Yes, if you’re asking, Charlie Blackmon’s slugging percentage at home is almost as high as his on-base-plus-slugging on the road. And when it comes to his candidacy, it’s awfully difficult to get past that. As much as one shouldn’t be penalized for playing games where he does, this isn’t that. It’s dinging Blackmon for what he does in an environment that, even with the humidor, remains supercharged. As a team, the Rockies hit .296/.359/.498 at Coors and .248/.312/.385 on the road.

Arenado’s dip of about 160 OPS points is far more tolerable than Blackmon’s of nearly 450 points, and add in Arenado’s incredible glove at third base, and he may wind up being the better choice as far as Rockies MVP candidates go. With Rendon and Turner and …

9. Kris Bryant, he’ll be far from the only third baseman to appear on ballots, too. Bryant certainly isn’t going to run away with voting this year like he did in 2016, when he fell one first-place vote short of a unanimous win.

Still, it’s worth pointing out that Bryant is actually having a better offensive season in 2017 than he did as a unanimous MVP in 2016. His power is down slightly, but his OBP has jumped 22 points, thanks to an increased walk rate and fewer strikeouts. Because of the Cubs’ struggles and the emergence of other top-flight players in the NL, Bryant’s season hasn’t just flown under the radar. He is baseball’s Northrup Grumman B-2 Spirit.

And following the hoopla that surrounded the Cubs last year, a little bit of down time isn’t the worst thing. The Cubs finally are starting to play like the Cubs should, and even with their weaknesses, they’re capable of giving the Nationals and the Dodgers fits in a short series. At this point, the plaudits, the acclaim, the accolades for doing what they did don’t matter anymore. They were nice, but they can go instead to someone like …

10. Giancarlo Stanton while the Marlins debate his future and Stanton, owner of a full no-trade clause, dictates his future. It is full of first-world problems. Does he win the NL MVP? Does he stay in a city he loves and that loves him with a team that won’t be good for quite a while? Does he opt out of the deal three years down the road and try to cash in again?

Earlier, there was an allusion to other players who can make $100 million in a season. Those players: free agents to be. It has to be a high-end sort of guy, one who parlays an expected $100 million-plus deal into something in the $200 million range with an incredible walk year.

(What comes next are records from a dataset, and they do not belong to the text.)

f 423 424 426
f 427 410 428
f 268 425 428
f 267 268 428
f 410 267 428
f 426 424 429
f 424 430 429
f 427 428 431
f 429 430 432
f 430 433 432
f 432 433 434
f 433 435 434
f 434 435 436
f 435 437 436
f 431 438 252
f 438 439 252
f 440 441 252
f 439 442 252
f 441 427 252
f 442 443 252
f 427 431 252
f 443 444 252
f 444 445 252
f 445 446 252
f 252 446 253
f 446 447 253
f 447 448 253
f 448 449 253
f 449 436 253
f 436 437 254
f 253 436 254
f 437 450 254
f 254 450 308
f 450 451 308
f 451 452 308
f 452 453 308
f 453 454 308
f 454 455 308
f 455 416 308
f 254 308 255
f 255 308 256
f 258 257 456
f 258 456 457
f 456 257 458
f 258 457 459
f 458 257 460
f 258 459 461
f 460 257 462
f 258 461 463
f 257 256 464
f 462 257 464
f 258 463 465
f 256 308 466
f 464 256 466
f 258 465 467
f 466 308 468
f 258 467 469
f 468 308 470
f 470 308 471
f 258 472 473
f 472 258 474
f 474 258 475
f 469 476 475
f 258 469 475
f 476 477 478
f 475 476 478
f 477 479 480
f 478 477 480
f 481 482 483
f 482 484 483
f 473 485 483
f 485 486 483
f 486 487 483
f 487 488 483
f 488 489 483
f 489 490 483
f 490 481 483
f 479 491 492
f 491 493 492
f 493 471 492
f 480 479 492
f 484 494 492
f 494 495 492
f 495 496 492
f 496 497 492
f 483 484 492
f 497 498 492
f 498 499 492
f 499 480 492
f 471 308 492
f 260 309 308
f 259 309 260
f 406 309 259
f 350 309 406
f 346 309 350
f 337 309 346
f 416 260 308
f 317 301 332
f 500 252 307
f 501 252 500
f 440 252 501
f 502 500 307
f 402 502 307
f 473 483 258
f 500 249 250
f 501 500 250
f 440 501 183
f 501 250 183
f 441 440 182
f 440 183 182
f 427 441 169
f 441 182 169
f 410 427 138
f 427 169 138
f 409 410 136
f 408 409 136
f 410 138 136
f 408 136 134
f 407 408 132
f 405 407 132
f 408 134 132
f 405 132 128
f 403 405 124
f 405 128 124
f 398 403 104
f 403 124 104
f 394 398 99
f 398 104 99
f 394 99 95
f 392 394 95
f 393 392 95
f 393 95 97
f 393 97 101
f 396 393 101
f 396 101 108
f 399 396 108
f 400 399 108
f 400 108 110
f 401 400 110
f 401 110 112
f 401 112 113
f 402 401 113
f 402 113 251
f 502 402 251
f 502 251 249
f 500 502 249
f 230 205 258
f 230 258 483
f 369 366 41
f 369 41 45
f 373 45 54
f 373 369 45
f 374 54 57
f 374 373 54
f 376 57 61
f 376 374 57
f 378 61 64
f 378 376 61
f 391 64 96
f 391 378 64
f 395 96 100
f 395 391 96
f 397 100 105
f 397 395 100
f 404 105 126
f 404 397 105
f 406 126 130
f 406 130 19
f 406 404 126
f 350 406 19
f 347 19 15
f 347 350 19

It can happen. If Harper or Machado stay healthy all of next season and put up career-best numbers, that’s an easy $100 million season — maybe more.

Because Stanton is locked into his contract, the money he made was not for himself but the Marlins. And they’ve got every reason to be thankful for him. His contract could have been a permanent handcuff, something that weighed them down for the next decade. Giancarlo Stanton handed the Marlins the key, and soon enough, it will be time for them to let him go free.